Still, NEJM stressed that human oversight was essential. The AI could detect anomalies but lacked contextual judgment. For example, distinguishing between a critical methodological flaw and a simple reporting omission. The conclusion: AI can complement human review, but it cannot yet replace it.

AI in Integrity Screening

Beyond authors and reviewers, journals are deploying AI in submission triage and integrity checks.

These uses of AI are less controversial than reviewers adopting ChatGPT on their own: they are transparent, controlled, and overseen by editors. They also address urgent problems like paper mills and research misconduct.

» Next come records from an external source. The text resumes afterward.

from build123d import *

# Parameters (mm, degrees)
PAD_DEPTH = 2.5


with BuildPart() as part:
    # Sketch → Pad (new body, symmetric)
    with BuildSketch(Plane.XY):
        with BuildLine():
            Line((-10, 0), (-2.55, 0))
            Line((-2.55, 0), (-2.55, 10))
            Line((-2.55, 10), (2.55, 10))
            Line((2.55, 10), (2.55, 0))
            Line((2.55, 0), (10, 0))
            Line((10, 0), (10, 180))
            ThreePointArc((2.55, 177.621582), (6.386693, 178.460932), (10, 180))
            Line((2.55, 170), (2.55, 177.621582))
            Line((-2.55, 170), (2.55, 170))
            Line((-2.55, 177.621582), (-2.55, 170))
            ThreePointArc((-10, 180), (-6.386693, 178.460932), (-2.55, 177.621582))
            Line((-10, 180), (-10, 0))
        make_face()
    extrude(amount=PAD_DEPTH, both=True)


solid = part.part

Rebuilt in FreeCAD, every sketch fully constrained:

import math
import FreeCAD as App
import Part
import Sketcher
from FreeCAD import Vector
Q = App.Units.Quantity

doc = App.newDocument("Part")
params = doc.addObject("Spreadsheet::Sheet", "Params")
for row, (alias, value) in enumerate([
    ("sketch1_height", "10 mm"),
    ("sketch1_height2", "180 mm"),
    ("sketch1_width", "5.1 mm"),
    ("pad1_length", "5 mm"),
], start=1):
    params.set(f"A{row}", alias)
    params.set(f"B{row}", "=" + value)
    params.setAlias(f"B{row}", alias)

body = doc.addObject("PartDesign::Body", "Body")

# Sketch on XY plane
sketch1 = body.newObject("Sketcher::SketchObject", "Sketch")
sketch1.AttachmentSupport = (doc.getObject("XY_Plane"), [""])
sketch1.MapMode = "FlatFace"
sketch1.addGeometry([
    Part.LineSegment(Vector(-10, 0, 0), Vector(-2.55, 0, 0)),  # 0
    Part.LineSegment(Vector(-2.55, 0, 0), Vector(-2.55, 10, 0)),  # 1
    Part.LineSegment(Vector(-2.55, 10, 0), Vector(2.55, 10, 0)),  # 2
    Part.LineSegment(Vector(2.55, 10, 0), Vector(2.55, 0, 0)),  # 3
    Part.LineSegment(Vector(2.55, 0, 0), Vector(10, 0, 0)),  # 4
    Part.LineSegment(Vector(10, 0, 0), Vector(10, 180, 0)),  # 5
    Part.ArcOfCircle(Part.Circle(Vector(0.000007, 198.466167, 0), Vector(0, 0, 1), 20.999981), math.radians(-83.025455), math.radians(-61.563102)),  # 6
    Part.LineSegment(Vector(2.55, 177.621582, 0), Vector(2.55, 170, 0)),  # 7
    Part.LineSegment(Vector(2.55, 170, 0), Vector(-2.55, 170, 0)),  # 8
    Part.LineSegment(Vector(-2.55, 170, 0), Vector(-2.55, 177.621582, 0)),  # 9
    Part.ArcOfCircle(Part.Circle(Vector(-0.000007, 198.466167, 0), Vector(0, 0, 1), 20.999981), math.radians(-118.436898), math.radians(-96.974545)),  # 10
    Part.LineSegment(Vector(-10, 180, 0), Vector(-10, 0, 0)),  # 11
], False)
sketch1.addConstraint([
    Sketcher.Constraint("Coincident", 0, 2, 1, 1),
    Sketcher.Constraint("Coincident", 1, 2, 2, 1),
    Sketcher.Constraint("Coincident", 2, 2, 3, 1),
    Sketcher.Constraint("Coincident", 3, 2, 4, 1),
    Sketcher.Constraint("Coincident", 4, 2, 5, 1),
    Sketcher.Constraint("Coincident", 5, 2, 6, 2),
    Sketcher.Constraint("Coincident", 6, 1, 7, 1),
    Sketcher.Constraint("Coincident", 7, 2, 8, 1),
    Sketcher.Constraint("Coincident", 8, 2, 9, 1),
    Sketcher.Constraint("Coincident", 9, 2, 10, 2),
    Sketcher.Constraint("Coincident", 10, 1, 11, 1),
    Sketcher.Constraint("Coincident", 11, 2, 0, 1),
    Sketcher.Constraint("Horizontal", 0),
    Sketcher.Constraint("Vertical", 1),
    Sketcher.Constraint("Horizontal", 2),
    Sketcher.Constraint("Vertical", 3),
    Sketcher.Constraint("Horizontal", 4),
    Sketcher.Constraint("Vertical", 5),
    Sketcher.Constraint("Vertical", 7),
    Sketcher.Constraint("Horizontal", 8),
    Sketcher.Constraint("Vertical", 9),
    Sketcher.Constraint("Vertical", 11),
    Sketcher.Constraint("Equal", 6, 10),
    Sketcher.Constraint("Symmetric", 0, 2, 3, 2, -1, 1),
    Sketcher.Constraint("Symmetric", 6, 3, 10, 3, -2),
    Sketcher.Constraint("Symmetric", 4, 2, 11, 2, -2),
    Sketcher.Constraint("Horizontal", 6, 1, 9, 2),
    Sketcher.Constraint("Vertical", 3, 2, 6, 1),
    Sketcher.Constraint("DistanceY", 1, 1, 1, 2, Q("10 mm")),
    Sketcher.Constraint("DistanceY", 5, 1, 5, 2, Q("180 mm")),
    Sketcher.Constraint("DistanceX", 2, 1, 2, 2, Q("5.1 mm")),
    Sketcher.Constraint("DistanceX", -1, 1, 4, 2, Q("10 mm")),
    Sketcher.Constraint("DistanceY", -1, 1, 7, 2, Q("170 mm")),
    Sketcher.Constraint("Radius", 6, Q("20.999981 mm")),
    Sketcher.Constraint("DistanceY", 7, 2, 7, 1, Q("7.621582 mm")),
])
sketch1.setExpression("Constraints[28]", "Params.sketch1_height")
sketch1.setExpression("Constraints[29]", "Params.sketch1_height2")
sketch1.setExpression("Constraints[30]", "Params.sketch1_width")
pad1 = body.newObject("PartDesign::Pad", "Pad")
pad1.Profile = sketch1
pad1.setExpression("Length", "Params.pad1_length")
pad1.Midplane = True

doc.recompute()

Risks: Misuse, Manipulation, and Missing Accountability

While the opportunities are obvious, the risks of AI in peer review came up repeatedly:

  • Misuse and under-reporting. Authors and reviewers are already using AI far more than they admit, making disclosure unreliable.
  • Manipulation by paper mills. Fraudulent operators adapt quickly to detection tools, learning how to disguise AI-generated text or images.
  • Loss of accountability. Instances were reported where ChatGPT was listed as a co-author, a category error that underlines how AI use can erode responsibility for research claims.
  • Over-trust in machines. AI may appear authoritative but can be wrong in subtle or systematic ways. Without human oversight, flawed recommendations could slip through.

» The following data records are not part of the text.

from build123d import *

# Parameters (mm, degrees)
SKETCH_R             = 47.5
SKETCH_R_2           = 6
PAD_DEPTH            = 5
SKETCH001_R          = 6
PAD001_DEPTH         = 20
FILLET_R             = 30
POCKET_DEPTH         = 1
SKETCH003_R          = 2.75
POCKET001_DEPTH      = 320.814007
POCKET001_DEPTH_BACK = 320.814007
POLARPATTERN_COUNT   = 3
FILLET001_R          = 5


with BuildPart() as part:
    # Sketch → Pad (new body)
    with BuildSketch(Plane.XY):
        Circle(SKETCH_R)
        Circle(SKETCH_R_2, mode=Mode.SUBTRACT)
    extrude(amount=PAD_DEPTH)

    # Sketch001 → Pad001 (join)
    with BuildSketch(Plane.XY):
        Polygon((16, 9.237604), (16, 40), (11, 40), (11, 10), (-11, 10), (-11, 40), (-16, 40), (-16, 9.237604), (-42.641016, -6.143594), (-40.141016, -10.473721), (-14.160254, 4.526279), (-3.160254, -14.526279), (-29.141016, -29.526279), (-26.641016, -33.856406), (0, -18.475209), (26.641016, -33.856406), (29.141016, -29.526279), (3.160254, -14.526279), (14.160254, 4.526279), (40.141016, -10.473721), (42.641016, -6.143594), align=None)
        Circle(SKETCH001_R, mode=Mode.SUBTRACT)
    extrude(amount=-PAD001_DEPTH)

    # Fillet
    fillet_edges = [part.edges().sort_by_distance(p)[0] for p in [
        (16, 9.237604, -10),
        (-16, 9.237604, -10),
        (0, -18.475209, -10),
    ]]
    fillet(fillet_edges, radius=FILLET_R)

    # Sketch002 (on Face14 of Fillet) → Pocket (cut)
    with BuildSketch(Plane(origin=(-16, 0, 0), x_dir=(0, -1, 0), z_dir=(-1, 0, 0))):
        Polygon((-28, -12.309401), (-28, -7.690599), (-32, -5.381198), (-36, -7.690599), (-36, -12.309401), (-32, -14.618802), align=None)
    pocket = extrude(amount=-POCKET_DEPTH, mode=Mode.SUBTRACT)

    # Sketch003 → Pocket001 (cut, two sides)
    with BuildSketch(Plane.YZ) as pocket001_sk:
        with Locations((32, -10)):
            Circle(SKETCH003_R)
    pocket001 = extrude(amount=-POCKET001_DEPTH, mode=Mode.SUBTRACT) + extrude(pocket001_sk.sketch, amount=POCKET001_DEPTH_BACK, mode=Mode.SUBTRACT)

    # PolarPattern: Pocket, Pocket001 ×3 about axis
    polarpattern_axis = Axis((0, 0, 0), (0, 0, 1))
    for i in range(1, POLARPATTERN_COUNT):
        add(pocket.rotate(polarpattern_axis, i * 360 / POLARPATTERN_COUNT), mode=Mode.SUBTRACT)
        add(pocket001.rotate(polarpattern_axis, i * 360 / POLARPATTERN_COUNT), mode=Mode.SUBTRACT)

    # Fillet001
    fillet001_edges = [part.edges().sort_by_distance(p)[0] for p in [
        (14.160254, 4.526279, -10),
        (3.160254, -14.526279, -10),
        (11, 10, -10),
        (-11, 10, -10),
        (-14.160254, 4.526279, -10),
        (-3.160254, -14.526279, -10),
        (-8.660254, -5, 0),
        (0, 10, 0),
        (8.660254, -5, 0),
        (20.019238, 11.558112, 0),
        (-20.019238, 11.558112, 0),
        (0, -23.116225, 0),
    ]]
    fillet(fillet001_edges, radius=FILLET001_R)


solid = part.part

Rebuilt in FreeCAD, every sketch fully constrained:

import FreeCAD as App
import Part
import Sketcher
Q = App.Units.Quantity


def edges_at(feature, points):
    """Names of the edges that pass closest to the given points."""
    edges = feature.Shape.Edges
    near = lambda p: min(range(len(edges)), key=lambda i: edges[i].distToShape(Part.Vertex(*p))[0])
    return sorted({f"Edge{near(p) + 1}" for p in points})


def add_polygon(sketch, points):
    """Adds a closed chain of lines whose ends are joined by coincident constraints."""
    first, n = sketch.GeometryCount, len(points)
    for a, b in zip(points, points[1:] + points[:1]):
        sketch.addGeometry(Part.LineSegment(App.Vector(*a, 0), App.Vector(*b, 0)), False)
    for i in range(n):
        sketch.addConstraint(Sketcher.Constraint("Coincident", first + i, 2, first + (i + 1) % n, 1))

doc = App.newDocument("Part")
body = doc.addObject("PartDesign::Body", "Body")

# Sketch on XY plane
sketch1 = body.newObject("Sketcher::SketchObject", "Sketch")
sketch1.AttachmentSupport = (doc.getObject("XY_Plane"), [""])
sketch1.MapMode = "FlatFace"
sketch1.addGeometry([
    Part.Circle(App.Vector(0, 0, 0), App.Vector(0, 0, 1), 47.5),
    Part.Circle(App.Vector(0, 0, 0), App.Vector(0, 0, 1), 6),
], False)
sketch1.addConstraint([
    Sketcher.Constraint("Coincident", 0, 3, -1, 1),
    Sketcher.Constraint("Coincident", 1, 3, -1, 1),
    Sketcher.Constraint("Diameter", 0, Q("95 mm")),
    Sketcher.Constraint("Diameter", 1, Q("12 mm")),
])
pad1 = body.newObject("PartDesign::Pad", "Pad")
pad1.Profile = sketch1
pad1.Length = 5

# Sketch on XY plane
sketch2 = body.newObject("Sketcher::SketchObject", "Sketch001")
sketch2.AttachmentSupport = (doc.getObject("XY_Plane"), [""])
sketch2.MapMode = "FlatFace"
add_polygon(sketch2, [(16, 9.237604), (16, 40), (11, 40), (11, 10), (-11, 10), (-11, 40), (-16, 40), (-16, 9.237604), (-42.641016, -6.143594), (-40.141016, -10.473721), (-14.160254, 4.526279), (-3.160254, -14.526279), (-29.141016, -29.526279), (-26.641016, -33.856406), (0, -18.475209), (26.641016, -33.856406), (29.141016, -29.526279), (3.160254, -14.526279), (14.160254, 4.526279), (40.141016, -10.473721), (42.641016, -6.143594)])  # lines 0-20
sketch2.addGeometry(Part.Circle(App.Vector(0, 0, 0), App.Vector(0, 0, 1), 6), False)  # 21
sketch2.addConstraint([
    Sketcher.Constraint("Vertical", 0),
    Sketcher.Constraint("Horizontal", 1),
    Sketcher.Constraint("Vertical", 2),
    Sketcher.Constraint("Horizontal", 3),
    Sketcher.Constraint("Vertical", 4),
    Sketcher.Constraint("Horizontal", 5),
    Sketcher.Constraint("Vertical", 6),
    Sketcher.Constraint("Coincident", 21, 3, -1, 1),
    Sketcher.Constraint("Symmetric", 1, 2, 4, 2, -2),
    Sketcher.Constraint("Symmetric", 12, 2, 14, 2, -2),
    Sketcher.Constraint("Symmetric", 11, 2, 15, 2, -2),
    Sketcher.Constraint("Symmetric", 10, 2, 16, 2, -2),
    Sketcher.Constraint("Symmetric", 9, 2, 17, 2, -2),
    Sketcher.Constraint("Symmetric", 8, 2, 18, 2, -2),
    Sketcher.Constraint("Symmetric", 7, 2, 19, 2, -2),
    Sketcher.Constraint("Symmetric", 6, 2, 20, 2, -2),
    Sketcher.Constraint("PointOnObject", 13, 2, -2),
    Sketcher.Constraint("Perpendicular", 7, 8),
    Sketcher.Constraint("Perpendicular", 8, 9),
    Sketcher.Constraint("Perpendicular", 9, 10),
    Sketcher.Constraint("Perpendicular", 10, 11),
    Sketcher.Constraint("Perpendicular", 11, 12),
    Sketcher.Constraint("Perpendicular", 12, 13),
    Sketcher.Constraint("Equal", 9, 11),
    Sketcher.Constraint("Equal", 8, 12),
    Sketcher.Constraint("Equal", 7, 13),
    Sketcher.Constraint("Diameter", 21, Q("12 mm")),
    Sketcher.Constraint("DistanceX", 1, 2, 1, 1, Q("5 mm")),
    Sketcher.Constraint("DistanceX", 3, 2, 3, 1, Q("22 mm")),
    Sketcher.Constraint("DistanceY", 2, 2, 2, 1, Q("30 mm")),
    Sketcher.Constraint("Angle", 7, Q("-150 deg")),
    Sketcher.Constraint("Distance", 8, Q("5 mm")),
    Sketcher.Constraint("Distance", 9, Q("30 mm")),
    Sketcher.Constraint("DistanceY", -1, 1, 0, 2, Q("40 mm")),
    Sketcher.Constraint("DistanceY", 0, 1, 0, 2, Q("30.762396 mm")),
    Sketcher.Constraint("DistanceY", 8, 2, -1, 1, Q("10.473721 mm")),
])
pad2 = body.newObject("PartDesign::Pad", "Pad001")
pad2.Profile = sketch2
pad2.Length = 20
pad2.Reversed = True
doc.recompute()

fillet = body.newObject("PartDesign::Fillet", "Fillet")
fillet.Base = (pad2, edges_at(pad2, [(16, 9.238, -10), (-16, 9.238, -10), (0, -18.475, -10)]))
fillet.Radius = 30

# Sketch on YZ plane
sketch3 = body.newObject("Sketcher::SketchObject", "Sketch002")
sketch3.AttachmentSupport = (doc.getObject("YZ_Plane"), [""])
sketch3.MapMode = "FlatFace"
sketch3.AttachmentOffset = App.Placement(App.Vector(0, 0, -16), App.Rotation())
add_polygon(sketch3, [(28, -12.309401), (28, -7.690599), (32, -5.381198), (36, -7.690599), (36, -12.309401), (32, -14.618802)])  # lines 0-5
sketch3.addConstraint([
    Sketcher.Constraint("Vertical", 0),
    Sketcher.Constraint("Vertical", 3),
    Sketcher.Constraint("Parallel", 1, 4),
    Sketcher.Constraint("Parallel", 2, 5),
    Sketcher.Constraint("Horizontal", 0, 2, 2, 2),
    Sketcher.Constraint("Horizontal", 3, 2, 5, 2),
    Sketcher.Constraint("Vertical", 1, 2, 4, 2),
    Sketcher.Constraint("Angle", 1, Q("29.999999 deg")),
    Sketcher.Constraint("DistanceX", -1, 1, 0, 2, Q("28 mm")),
    Sketcher.Constraint("DistanceX", -1, 1, 1, 2, Q("32 mm")),
    Sketcher.Constraint("DistanceY", 0, 1, 0, 2, Q("4.618802 mm")),
    Sketcher.Constraint("DistanceY", 0, 2, -1, 1, Q("7.690599 mm")),
])
pocket1 = body.newObject("PartDesign::Pocket", "Pocket")
pocket1.Profile = sketch3
pocket1.Length = 1
pocket1.Reversed = True

# Sketch on YZ plane
sketch4 = body.newObject("Sketcher::SketchObject", "Sketch003")
sketch4.AttachmentSupport = (doc.getObject("YZ_Plane"), [""])
sketch4.MapMode = "FlatFace"
sketch4.addGeometry(Part.Circle(App.Vector(32, -10, 0), App.Vector(0, 0, 1), 2.75), False)
sketch4.addConstraint([
    Sketcher.Constraint("Diameter", 0, Q("5.5 mm")),
    Sketcher.Constraint("DistanceX", -1, 1, 0, 3, Q("32 mm")),
    Sketcher.Constraint("DistanceY", 0, 3, -1, 1, Q("10 mm")),
])
pocket2 = body.newObject("PartDesign::Pocket", "Pocket001")
pocket2.Profile = sketch4
pocket2.Type = "ThroughAll"
pocket2.Midplane = True
doc.recompute()

polarpattern = body.newObject("PartDesign::PolarPattern", "PolarPattern")
polarpattern.Originals = [pocket1, pocket2]
polarpattern.Axis = (doc.getObject("Z_Axis"), [""])
polarpattern.Angle = 360
polarpattern.Occurrences = 3
body.Tip = polarpattern
doc.recompute()

fillet2 = body.newObject("PartDesign::Fillet", "Fillet001")
fillet2.Base = (polarpattern, edges_at(polarpattern, [
    (14.16, 4.526, -10),
    (3.16, -14.526, -10),
    (11, 10, -10),
    (-11, 10, -10),
    (-14.16, 4.526, -10),
    (-3.16, -14.526, -10),
    (-8.66, -5, 0),
    (0, 10, 0),
    (8.66, -5, 0),
    (20.019, 11.558, 0),
    (-20.019, 11.558, 0),
    (0, -23.116, 0),
]))
fillet2.Radius = 5

doc.recompute()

The Drummond Rennie Lecture by Ana Marušić stressed that authorship and peer review must remain human responsibilities. Contributor taxonomies like CRediT and persistent identifiers for people (ORCID) and groups (ROR) are essential to preserve accountability in an AI-infused environment.

The Opportunity: A Hybrid Future

Despite concerns, optimism was evident. Most presenters agreed the future is hybrid:

  • AI will act as a scalable assistant, highlighting missing checklist items, spotting statistical anomalies, and scanning for fraud at speeds humans cannot match.
  • Humans will provide judgment, context, and accountability, making decisions that machines cannot.

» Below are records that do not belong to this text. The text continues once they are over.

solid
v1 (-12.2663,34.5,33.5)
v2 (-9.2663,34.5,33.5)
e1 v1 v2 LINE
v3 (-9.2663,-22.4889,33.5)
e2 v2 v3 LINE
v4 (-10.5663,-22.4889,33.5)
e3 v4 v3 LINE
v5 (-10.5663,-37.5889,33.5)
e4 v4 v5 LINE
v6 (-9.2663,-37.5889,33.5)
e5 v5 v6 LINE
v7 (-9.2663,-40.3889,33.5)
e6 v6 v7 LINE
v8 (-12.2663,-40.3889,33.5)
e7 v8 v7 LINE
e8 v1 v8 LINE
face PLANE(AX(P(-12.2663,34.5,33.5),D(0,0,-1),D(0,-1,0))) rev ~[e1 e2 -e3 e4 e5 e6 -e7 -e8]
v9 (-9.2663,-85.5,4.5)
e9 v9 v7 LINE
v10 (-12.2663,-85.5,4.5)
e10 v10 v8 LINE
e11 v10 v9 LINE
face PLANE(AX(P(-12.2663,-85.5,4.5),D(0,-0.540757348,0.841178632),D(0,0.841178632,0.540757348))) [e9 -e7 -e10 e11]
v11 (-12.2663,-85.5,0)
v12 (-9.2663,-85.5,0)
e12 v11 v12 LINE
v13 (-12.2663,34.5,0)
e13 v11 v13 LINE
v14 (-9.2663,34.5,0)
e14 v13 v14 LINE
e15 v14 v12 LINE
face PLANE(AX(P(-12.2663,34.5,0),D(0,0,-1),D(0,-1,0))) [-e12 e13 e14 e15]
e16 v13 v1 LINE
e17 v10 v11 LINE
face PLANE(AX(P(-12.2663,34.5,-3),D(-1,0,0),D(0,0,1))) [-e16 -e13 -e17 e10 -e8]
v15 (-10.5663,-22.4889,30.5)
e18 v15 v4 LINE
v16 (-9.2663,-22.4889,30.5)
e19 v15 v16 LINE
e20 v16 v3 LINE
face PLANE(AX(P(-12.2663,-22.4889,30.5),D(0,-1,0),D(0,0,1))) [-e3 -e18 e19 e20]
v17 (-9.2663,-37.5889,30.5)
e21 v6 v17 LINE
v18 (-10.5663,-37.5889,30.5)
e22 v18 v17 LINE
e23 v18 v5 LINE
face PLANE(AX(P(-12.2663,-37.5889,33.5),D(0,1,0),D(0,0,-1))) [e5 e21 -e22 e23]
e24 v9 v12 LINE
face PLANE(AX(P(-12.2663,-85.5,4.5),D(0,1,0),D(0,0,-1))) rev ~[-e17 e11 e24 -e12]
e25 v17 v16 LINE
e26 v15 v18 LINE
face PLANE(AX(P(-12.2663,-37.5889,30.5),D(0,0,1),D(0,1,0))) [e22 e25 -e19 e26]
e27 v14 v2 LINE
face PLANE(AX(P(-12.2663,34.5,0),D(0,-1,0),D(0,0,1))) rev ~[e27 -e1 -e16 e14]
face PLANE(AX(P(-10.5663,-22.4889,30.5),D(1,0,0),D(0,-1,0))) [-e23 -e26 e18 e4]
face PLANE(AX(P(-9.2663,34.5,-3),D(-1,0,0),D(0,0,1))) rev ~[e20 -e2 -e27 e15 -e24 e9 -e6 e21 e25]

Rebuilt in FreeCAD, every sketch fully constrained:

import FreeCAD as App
import Part
import Sketcher

V = App.Vector


def add_polygon(sketch, points):
    """Adds a closed chain of lines whose ends are joined by coincident constraints."""
    first, n = sketch.GeometryCount, len(points)
    for a, b in zip(points, points[1:] + points[:1]):
        sketch.addGeometry(Part.LineSegment(App.Vector(*a, 0), App.Vector(*b, 0)), False)
    for i in range(n):
        sketch.addConstraint(Sketcher.Constraint("Coincident", first + i, 2, first + (i + 1) % n, 1))

doc = App.newDocument("Part")
body = doc.addObject("PartDesign::Body", "Body")

# Sketch on YZ plane
sketch1 = body.newObject("Sketcher::SketchObject", "Sketch")
sketch1.AttachmentSupport = (doc.getObject("YZ_Plane"), [""])
sketch1.MapMode = "FlatFace"
sketch1.AttachmentOffset = App.Placement(V(0, 0, -12.2663), App.Rotation())
add_polygon(sketch1, [(34.5, 33.5), (34.5, 0), (-85.5, 0), (-85.5, 4.5), (-40.3889, 33.5), (-37.5889, 33.5), (-37.5889, 30.5), (-22.4889, 30.5), (-22.4889, 33.5)])  # lines 0-8
sketch1.addConstraint(Sketcher.Constraint("Vertical", 0))
sketch1.addConstraint(Sketcher.Constraint("Horizontal", 1))
sketch1.addConstraint(Sketcher.Constraint("Vertical", 2))
sketch1.addConstraint(Sketcher.Constraint("Horizontal", 4))
sketch1.addConstraint(Sketcher.Constraint("Vertical", 5))
sketch1.addConstraint(Sketcher.Constraint("Horizontal", 6))
sketch1.addConstraint(Sketcher.Constraint("Vertical", 7))
sketch1.addConstraint(Sketcher.Constraint("Horizontal", 8))
sketch1.addConstraint(Sketcher.Constraint("PointOnObject", 0, 2, -1))
sketch1.addConstraint(Sketcher.Constraint("Horizontal", 4, 2, 7, 2))
sketch1.addConstraint(Sketcher.Constraint("DistanceY", 5, 2, 5, 1, 3.0))
sketch1.addConstraint(Sketcher.Constraint("DistanceX", 4, 1, 4, 2, 2.8))
sketch1.addConstraint(Sketcher.Constraint("DistanceX", 6, 1, 6, 2, 15.1))
sketch1.addConstraint(Sketcher.Constraint("DistanceX", 1, 2, 1, 1, 120.0))
sketch1.addConstraint(Sketcher.Constraint("DistanceY", 0, 2, 0, 1, 33.5))
sketch1.addConstraint(Sketcher.Constraint("DistanceY", 2, 1, 2, 2, 4.5))
sketch1.addConstraint(Sketcher.Constraint("DistanceX", -1, 1, 0, 2, 34.5))
sketch1.addConstraint(Sketcher.Constraint("DistanceX", 8, 1, 8, 2, 56.989))
pad1 = body.newObject("PartDesign::Pad", "Pad")
pad1.Profile = sketch1
pad1.Length = 3

# Sketch on XY plane
sketch2 = body.newObject("Sketcher::SketchObject", "Sketch001")
sketch2.AttachmentSupport = (doc.getObject("XY_Plane"), [""])
sketch2.MapMode = "FlatFace"
sketch2.AttachmentOffset = App.Placement(V(0, 0, 30.5), App.Rotation())
add_polygon(sketch2, [(-12.2663, -22.4889), (-12.2663, -37.5889), (-10.5663, -37.5889), (-10.5663, -22.4889)])  # lines 0-3
sketch2.addConstraint(Sketcher.Constraint("Vertical", 0))
sketch2.addConstraint(Sketcher.Constraint("Horizontal", 1))
sketch2.addConstraint(Sketcher.Constraint("Vertical", 2))
sketch2.addConstraint(Sketcher.Constraint("Horizontal", 3))
sketch2.addConstraint(Sketcher.Constraint("DistanceX", 1, 1, 1, 2, 1.7))
sketch2.addConstraint(Sketcher.Constraint("DistanceY", 0, 2, 0, 1, 15.1))
sketch2.addConstraint(Sketcher.Constraint("DistanceY", 0, 2, -1, 1, 37.589))
sketch2.addConstraint(Sketcher.Constraint("DistanceX", 0, 2, -1, 1, 12.2663))
pad2 = body.newObject("PartDesign::Pad", "Pad001")
pad2.Profile = sketch2
pad2.Length = 3

doc.recompute()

This hybrid model could also support equity. Non-native English speakers and early-career reviewers are more likely to use AI. If provided transparently and within editorial platforms, AI could reduce language barriers and support less experienced reviewers making the process more inclusive.

Looking Ahead

The Peer Review Congress made it clear: AI is not a distant threat or promise. It is already here, in author manuscripts, in reviewer reports, and in editorial workflows. The risks are real: fraud, opacity, misplaced trust. But so are the opportunities: faster integrity checks, more reproducible science, and support for a more diverse reviewer pool.

As one delegate put it: “AI is like the calculator for peer review. At first controversial, then indispensable, but only if we use it responsibly.”

Closing

This post is the first deep-dive in a three-part series reflecting on the Peer Review Congress, which I introduce previously*. Here, I highlighted AI and peer review: the opportunities and risks. Next, I’ll examine how journals and publishers are fighting back against paper mills, fake authors, and research misconduct at scale. Then I’ll turn to the future of peer review — incentives, preprints, and the human factor.

The debates in Chicago showed that AI will not destroy peer review, but it will change it. The challenge for the scholarly community is not whether to use AI, but how to do so with transparency, accountability, and integrity.